La dame répondit : « Biax fil, soyés certains
Aussi com de la mort que vous amerés ains

Que mes cuers ne vourait dont vous serés moult plains…
Mais d’une amour ardant sera vos cuers atains. »

Un mot du vieux romancier nous donnerait à penser que la fée est amoureuse de son élève, mais elle le quitte et se résigne à le voir souffrir pour une ingrate :

« Quand vous amerés plus et elle aimera mains. »

La destinée le veut ainsi. Brun de la Montagne a le cœur délicat et passionné. Il souffre cruellement de cette séparation. En même temps, il semble avoir une certaine impatience pour cette peine amoureuse qui lui est prédite ; il la désire, plus qu’il ne la redoute. Ce trait est charmant, et pathétique nous semble la réponse de la fée : « Soyez-en certain comme de la mort : vous aimerez. » Il me plaît aussi qu’elle ajoute avec une grâce féminine : « plus que mon cœur ne voudrait… »

Hélas ! Nous ne savons pas comment aima Brun de la Montagne. Libre à nous de le rêver ! Le manuscrit s’interrompt au moment où cet amour commence… Il n’existe plus d’indice de ce qu’il fut. L’amoureuse fée fut-elle la consolatrice ? Brun l’épousera-t-il, comme Sigurd la Walkyrie ? Autant de questions destinées à demeurer sans réponse. Mais il n’en est pas moins vrai que le type est joli de la petite fée qui pleure sur une destinée humaine, et que Brun de la Montagne nous intéresse par un pressentiment tragique des douleurs d’amour…


II

ISAÏE LE TRISTE


Les jours héroïques de la Table-Ronde étaient passés, et, plus que jamais, les vieilles légendes se transformaient en féeries, quand au quinzième siècle, peut-être même au quatorzième, suivant l’appréciation de Gaston Paris, fut composé le roman d’Isaïe le Triste.

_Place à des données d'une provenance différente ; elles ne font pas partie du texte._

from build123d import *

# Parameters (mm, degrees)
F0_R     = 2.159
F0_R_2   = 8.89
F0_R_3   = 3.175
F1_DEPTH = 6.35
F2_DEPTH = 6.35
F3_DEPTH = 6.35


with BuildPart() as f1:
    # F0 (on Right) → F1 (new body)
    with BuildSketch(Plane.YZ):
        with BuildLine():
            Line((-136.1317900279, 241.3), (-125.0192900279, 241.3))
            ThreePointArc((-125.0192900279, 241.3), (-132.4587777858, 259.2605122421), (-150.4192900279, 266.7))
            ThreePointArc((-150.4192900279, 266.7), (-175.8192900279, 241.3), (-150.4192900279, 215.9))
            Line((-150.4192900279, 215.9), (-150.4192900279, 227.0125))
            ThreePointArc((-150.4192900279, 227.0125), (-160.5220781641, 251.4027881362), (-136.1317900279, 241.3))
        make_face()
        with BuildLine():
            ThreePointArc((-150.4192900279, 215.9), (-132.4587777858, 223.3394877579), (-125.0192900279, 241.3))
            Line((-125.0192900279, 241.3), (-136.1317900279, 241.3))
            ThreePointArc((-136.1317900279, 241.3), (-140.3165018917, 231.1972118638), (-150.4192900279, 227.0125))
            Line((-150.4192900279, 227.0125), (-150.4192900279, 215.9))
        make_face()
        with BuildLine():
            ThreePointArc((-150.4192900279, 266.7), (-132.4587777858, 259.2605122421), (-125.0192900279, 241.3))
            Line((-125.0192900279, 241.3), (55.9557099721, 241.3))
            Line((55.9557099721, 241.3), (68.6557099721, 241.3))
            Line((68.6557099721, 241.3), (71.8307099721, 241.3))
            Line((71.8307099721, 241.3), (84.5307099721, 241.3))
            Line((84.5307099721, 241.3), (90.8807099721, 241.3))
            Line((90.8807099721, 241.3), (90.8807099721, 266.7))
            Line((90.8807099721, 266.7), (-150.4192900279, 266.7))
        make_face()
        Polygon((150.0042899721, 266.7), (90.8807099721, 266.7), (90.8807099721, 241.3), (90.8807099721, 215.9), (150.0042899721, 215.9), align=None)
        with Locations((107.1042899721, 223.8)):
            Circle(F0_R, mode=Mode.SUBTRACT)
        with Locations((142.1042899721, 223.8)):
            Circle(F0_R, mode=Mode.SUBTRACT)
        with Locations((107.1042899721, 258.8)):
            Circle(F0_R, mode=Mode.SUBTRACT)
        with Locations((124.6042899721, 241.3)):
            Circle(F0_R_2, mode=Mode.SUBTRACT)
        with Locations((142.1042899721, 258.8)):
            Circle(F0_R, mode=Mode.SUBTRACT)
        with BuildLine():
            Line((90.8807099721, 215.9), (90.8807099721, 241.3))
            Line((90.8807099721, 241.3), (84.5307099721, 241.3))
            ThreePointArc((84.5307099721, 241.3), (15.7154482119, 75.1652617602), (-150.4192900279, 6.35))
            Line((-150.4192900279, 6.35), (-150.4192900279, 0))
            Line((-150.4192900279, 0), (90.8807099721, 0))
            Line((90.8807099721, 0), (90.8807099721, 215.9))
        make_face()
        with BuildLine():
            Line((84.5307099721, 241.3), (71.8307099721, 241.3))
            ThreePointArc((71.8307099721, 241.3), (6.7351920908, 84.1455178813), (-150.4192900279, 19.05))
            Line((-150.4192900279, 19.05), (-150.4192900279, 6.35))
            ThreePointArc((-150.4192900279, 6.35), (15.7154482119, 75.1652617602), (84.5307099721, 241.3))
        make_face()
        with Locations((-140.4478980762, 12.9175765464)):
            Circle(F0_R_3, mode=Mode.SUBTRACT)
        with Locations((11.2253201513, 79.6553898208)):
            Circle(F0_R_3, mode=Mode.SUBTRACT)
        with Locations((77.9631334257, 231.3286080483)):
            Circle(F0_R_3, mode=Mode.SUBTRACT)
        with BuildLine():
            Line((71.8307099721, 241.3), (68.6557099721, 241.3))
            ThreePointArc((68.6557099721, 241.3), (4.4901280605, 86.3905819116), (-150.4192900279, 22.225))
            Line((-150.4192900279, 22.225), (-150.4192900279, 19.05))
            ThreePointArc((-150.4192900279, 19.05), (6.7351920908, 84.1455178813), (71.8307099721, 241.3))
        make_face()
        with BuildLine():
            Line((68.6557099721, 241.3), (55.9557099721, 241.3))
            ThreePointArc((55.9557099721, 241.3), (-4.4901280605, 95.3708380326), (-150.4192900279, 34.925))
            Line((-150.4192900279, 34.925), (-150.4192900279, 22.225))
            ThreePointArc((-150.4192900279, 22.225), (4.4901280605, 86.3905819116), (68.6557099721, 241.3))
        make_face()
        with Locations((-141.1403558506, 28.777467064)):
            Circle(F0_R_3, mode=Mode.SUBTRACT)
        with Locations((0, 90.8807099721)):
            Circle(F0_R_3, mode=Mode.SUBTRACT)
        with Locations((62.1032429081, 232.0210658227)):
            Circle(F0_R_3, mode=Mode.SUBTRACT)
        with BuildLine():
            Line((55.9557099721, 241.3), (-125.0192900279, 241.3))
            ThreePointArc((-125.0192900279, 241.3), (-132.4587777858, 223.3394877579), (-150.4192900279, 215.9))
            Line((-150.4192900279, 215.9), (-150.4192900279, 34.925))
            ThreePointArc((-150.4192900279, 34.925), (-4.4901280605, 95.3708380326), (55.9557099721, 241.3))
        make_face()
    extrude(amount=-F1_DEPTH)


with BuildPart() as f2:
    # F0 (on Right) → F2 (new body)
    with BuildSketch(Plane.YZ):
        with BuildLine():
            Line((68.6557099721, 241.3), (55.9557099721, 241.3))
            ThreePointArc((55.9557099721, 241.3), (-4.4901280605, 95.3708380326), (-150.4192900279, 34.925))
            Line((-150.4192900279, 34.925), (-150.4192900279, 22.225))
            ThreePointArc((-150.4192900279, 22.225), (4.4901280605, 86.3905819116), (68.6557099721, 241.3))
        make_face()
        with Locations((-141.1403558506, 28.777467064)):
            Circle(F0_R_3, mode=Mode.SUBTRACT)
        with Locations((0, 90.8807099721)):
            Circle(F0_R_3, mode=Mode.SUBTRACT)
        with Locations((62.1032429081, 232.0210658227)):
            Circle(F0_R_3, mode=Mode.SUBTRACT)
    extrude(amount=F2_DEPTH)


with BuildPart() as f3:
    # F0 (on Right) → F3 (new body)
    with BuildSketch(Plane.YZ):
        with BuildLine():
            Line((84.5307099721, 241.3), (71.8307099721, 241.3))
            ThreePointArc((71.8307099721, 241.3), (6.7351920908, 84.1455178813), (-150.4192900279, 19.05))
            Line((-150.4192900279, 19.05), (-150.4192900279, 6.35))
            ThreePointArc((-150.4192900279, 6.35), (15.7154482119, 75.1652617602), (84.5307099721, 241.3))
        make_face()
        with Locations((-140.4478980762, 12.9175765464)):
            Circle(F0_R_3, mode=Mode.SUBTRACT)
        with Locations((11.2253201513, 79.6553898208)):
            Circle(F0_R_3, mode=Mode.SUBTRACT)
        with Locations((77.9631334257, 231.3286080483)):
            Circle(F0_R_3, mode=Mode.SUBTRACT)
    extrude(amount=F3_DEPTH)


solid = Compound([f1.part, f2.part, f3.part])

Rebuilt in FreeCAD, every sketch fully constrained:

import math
import FreeCAD as App
import Part
import Sketcher

V = App.Vector
Q = App.Units.Quantity

doc = App.newDocument("Part")
params = doc.addObject("Spreadsheet::Sheet", "Params")
for row, (alias, value) in enumerate([
    ("sketch1_radius", "1 in"),
    ("sketch1_diameter", "0.7 in"),
    ("sketch1_diameter2", "0.25 in"),
    ("sketch1_diameter3", "0.17 in"),
    ("sketch1_diameter4", "1.125 in"),
    ("pad1_length", "0.25 in"),
    ("sketch2_diameter", "0.25 in"),
    ("sketch2_width", "0.5 in"),
    ("sketch2_radius", "8.125 in"),
    ("pad2_length", "0.25 in"),
    ("sketch3_diameter", "0.25 in"),
    ("sketch3_radius", "8.75 in"),
    ("sketch3_radius2", "9.25 in"),
    ("pad3_length", "0.25 in"),
], start=1):
    params.set(f"A{row}", alias)
    params.set(f"B{row}", "=" + value)
    params.setAlias(f"B{row}", alias)

body = doc.addObject("PartDesign::Body", "Body")

# Sketch on YZ plane
sketch1 = body.newObject("Sketcher::SketchObject", "Sketch")
sketch1.AttachmentSupport = (doc.getObject("YZ_Plane"), [""])
sketch1.MapMode = "FlatFace"
sketch1.addGeometry([
    Part.ArcOfCircle(Part.Circle(V(-150.41929, 241.3, 0), V(0, 0, 1), 25.4), math.radians(90), math.radians(270)),  # 0
    Part.LineSegment(V(-150.41929, 215.9, 0), V(-150.41929, 0, 0)),  # 1
    Part.LineSegment(V(-150.41929, 0, 0), V(90.88071, 0, 0)),  # 2
    Part.LineSegment(V(90.88071, 0, 0), V(90.88071, 215.9, 0)),  # 3
    Part.LineSegment(V(90.88071, 215.9, 0), V(150.00429, 215.9, 0)),  # 4
    Part.LineSegment(V(150.00429, 215.9, 0), V(150.00429, 266.7, 0)),  # 5
    Part.LineSegment(V(150.00429, 266.7, 0), V(-150.41929, 266.7, 0)),  # 6
    Part.Circle(V(-140.447898, 12.917577, 0), V(0, 0, 1), 3.175),  # 7
    Part.Circle(V(-141.140356, 28.777467, 0), V(0, 0, 1), 3.175),  # 8
    Part.Circle(V(11.22532, 79.65539, 0), V(0, 0, 1), 3.175),  # 9
    Part.Circle(V(0, 90.88071, 0), V(0, 0, 1), 3.175),  # 10
    Part.Circle(V(-150.41929, 241.3, 0), V(0, 0, 1), 14.2875),  # 11
    Part.Circle(V(62.103243, 232.021066, 0), V(0, 0, 1), 3.175),  # 12
    Part.Circle(V(107.10429, 223.8, 0), V(0, 0, 1), 2.159),  # 13
    Part.Circle(V(142.10429, 223.8, 0), V(0, 0, 1), 2.159),  # 14
    Part.Circle(V(77.963133, 231.328608, 0), V(0, 0, 1), 3.175),  # 15
    Part.Circle(V(124.60429, 241.3, 0), V(0, 0, 1), 8.89),  # 16
    Part.Circle(V(107.10429, 258.8, 0), V(0, 0, 1), 2.159),  # 17
    Part.Circle(V(142.10429, 258.8, 0), V(0, 0, 1), 2.159),  # 18
], False)
sketch1.addConstraint([
    Sketcher.Constraint("Coincident", 0, 2, 1, 1),
    Sketcher.Constraint("Coincident", 1, 2, 2, 1),
    Sketcher.Constraint("Coincident", 2, 2, 3, 1),
    Sketcher.Constraint("Coincident", 3, 2, 4, 1),
    Sketcher.Constraint("Coincident", 4, 2, 5, 1),
    Sketcher.Constraint("Coincident", 5, 2, 6, 1),
    Sketcher.Constraint("Tangent", 6, 2, 0, 1),
    Sketcher.Constraint("Vertical", 1),
    Sketcher.Constraint("Horizontal", 2),
    Sketcher.Constraint("Vertical", 3),
    Sketcher.Constraint("Horizontal", 4),
    Sketcher.Constraint("Vertical", 5),
    Sketcher.Constraint("Horizontal", 6),
    Sketcher.Constraint("Coincident", 11, 3, 0, 3),
    Sketcher.Constraint("Equal", 7, 8),
    Sketcher.Constraint("Equal", 8, 9),
    Sketcher.Constraint("Equal", 9, 10),
    Sketcher.Constraint("Equal", 10, 12),
    Sketcher.Constraint("Equal", 13, 14),
    Sketcher.Constraint("Equal", 12, 15),
    Sketcher.Constraint("Equal", 14, 17),
    Sketcher.Constraint("Equal", 17, 18),
    Sketcher.Constraint("PointOnObject", 10, 3, -2),
    Sketcher.Constraint("PointOnObject", 1, 2, -1),
    Sketcher.Constraint("Horizontal", 13, 3, 14, 3),
    Sketcher.Constraint("Horizontal", 11, 3, 16, 3),
    Sketcher.Constraint("Horizontal", 17, 3, 18, 3),
    Sketcher.Constraint("Horizontal", 0, 2, 3, 2),
    Sketcher.Constraint("Vertical", 13, 3, 17, 3),
    Sketcher.Constraint("Vertical", 14, 3, 18, 3),
    Sketcher.Constraint("Vertical", 11, 3, 0, 2),
    Sketcher.Constraint("Radius", 0, Q("1 in")),
    Sketcher.Constraint("Diameter", 16, Q("0.7 in")),
    Sketcher.Constraint("Diameter", 7, Q("0.25 in")),
    Sketcher.Constraint("Diameter", 13, Q("0.17 in")),
    Sketcher.Constraint("Diameter", 11, Q("1.125 in")),
    Sketcher.Constraint("DistanceX", 2, 1, 2, 2, Q("9.5 in")),
    Sketcher.Constraint("DistanceY", 1, 2, 1, 1, Q("8.5 in")),
    Sketcher.Constraint("DistanceX", 16, 3, 4, 2, Q("1 in")),
    Sketcher.Constraint("DistanceX", 4, 1, 4, 2, Q("2.3277 in")),
    Sketcher.Constraint("DistanceX", 7, 3, -1, 1, 140.447898),
    Sketcher.Constraint("DistanceY", -1, 1, 13, 3, 223.8),
    Sketcher.Constraint("DistanceY", -1, 1, 17, 3, 258.8),
    Sketcher.Constraint("DistanceX", 8, 3, 12, 3, 203.243599),
    Sketcher.Constraint("DistanceY", 8, 3, 12, 3, 203.243599),
    Sketcher.Constraint("DistanceX", 13, 3, 14, 3, 35.0),
    Sketcher.Constraint("DistanceY", 10, 3, 15, 3, 140.447898),
    Sketcher.Constraint("DistanceX", 13, 3, 16, 3, 17.5),
    Sketcher.Constraint("DistanceX", 0, 3, -1, 1, 150.41929),
    Sketcher.Constraint("DistanceX", -1, 1, 9, 3, 11.22532),
    Sketcher.Constraint("DistanceY", -1, 1, 9, 3, 79.65539),
    Sketcher.Constraint("DistanceY", -1, 1, 10, 3, 90.88071),
    Sketcher.Constraint("DistanceY", 7, 3, 8, 3, 15.859891),
    Sketcher.Constraint("DistanceX", 12, 3, 15, 3, 15.859891),
    Sketcher.Constraint("DistanceY", -1, 1, 7, 3, 12.917577),
    Sketcher.Constraint("DistanceX", 8, 3, -1, 1, 141.140356),
])
sketch1.setExpression("Constraints[31]", "Params.sketch1_radius")
sketch1.setExpression("Constraints[32]", "Params.sketch1_diameter")
sketch1.setExpression("Constraints[33]", "Params.sketch1_diameter2")
sketch1.setExpression("Constraints[34]", "Params.sketch1_diameter3")
sketch1.setExpression("Constraints[35]", "Params.sketch1_diameter4")
pad1 = body.newObject("PartDesign::Pad", "Pad")
pad1.Profile = sketch1
pad1.setExpression("Length", "Params.pad1_length")
pad1.Reversed = True
body2 = doc.addObject("PartDesign::Body", "Body001")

Isaïe le Triste était, nous dit-on, fils de Tristan de Léonois et d’Iseut la Blonde, femme du roi Marc. Iseut, qui semble avoir eu peu de remords de son infidélité, craignit cependant pour son âme si le fils de Tristan participait un jour à l’héritage de Marc, et elle cacha sa naissance. Elle le mit au monde à l’entrée d’un bois ; il fut recueilli et baptisé par un ermite. Chaque nuit, quatre fées s’introduisaient sous le toit de l’ermite, et, au grand ébahissement de celui-ci, elles venaient assister et soigner le nourrisson. Par le conseil de ces fées, l’ermite transporta le petit Isaïe dans une forêt nommée la Verte Forest. Une fée s’y trouvait, accompagnée d’un mystérieux nain appelé Tronc. Ce nain devint le compagnon et le protecteur d’Isaïe. Il va sans dire que l’enfant protégé par de si bizarres influences devait être un héros ! Il le fut.

Avec l’aide de son fidèle Tronc, il délivra maintes nobles dames des ennemis qui leur faisaient la guerre ou les persécutaient : c’est toujours l’exploit favori des chevaliers. Puis, comme il faut bien qu’il y ait de l’amour en de si belles histoires, la nièce d’un roi, Marthe, éprise du jeune chevalier Isaïe, requit son amour, devint sa dame, et fut la mère de son fils, Marc, autre héros protégé par Tronc le Nain. Cette Marthe est une courageuse princesse ; séparée d’Isaïe, elle tente de le rejoindre, et, pour y arriver, elle se déguise tour à tour en écuyer et en ménestrel. Heureusement elle sait « harper » et elle est amenée à « harper » devant Isaïe qui ne la reconnaît pas encore, jolie scène que nos souvenirs imprègnent d’une grâce shakespearienne. Depuis Perceforest jusqu’à Lara, en passant par combien de pièces de Shakespeare ! l’Angleterre, souvent, s’est amusée à déguiser ainsi ses amoureuses. Tronc lui-même connaît des heures sombres ; il est emprisonné, mais il s’échappe de sa prison. Ce pauvre Tronc n’était autre que le délicieux Obéron de jadis, ayant perdu sa beauté, métamorphosé par une fée envieuse, mais à la fin du roman d’Isaïe il reconquiert, avec sa beauté, tout son prestige et tout son pouvoir.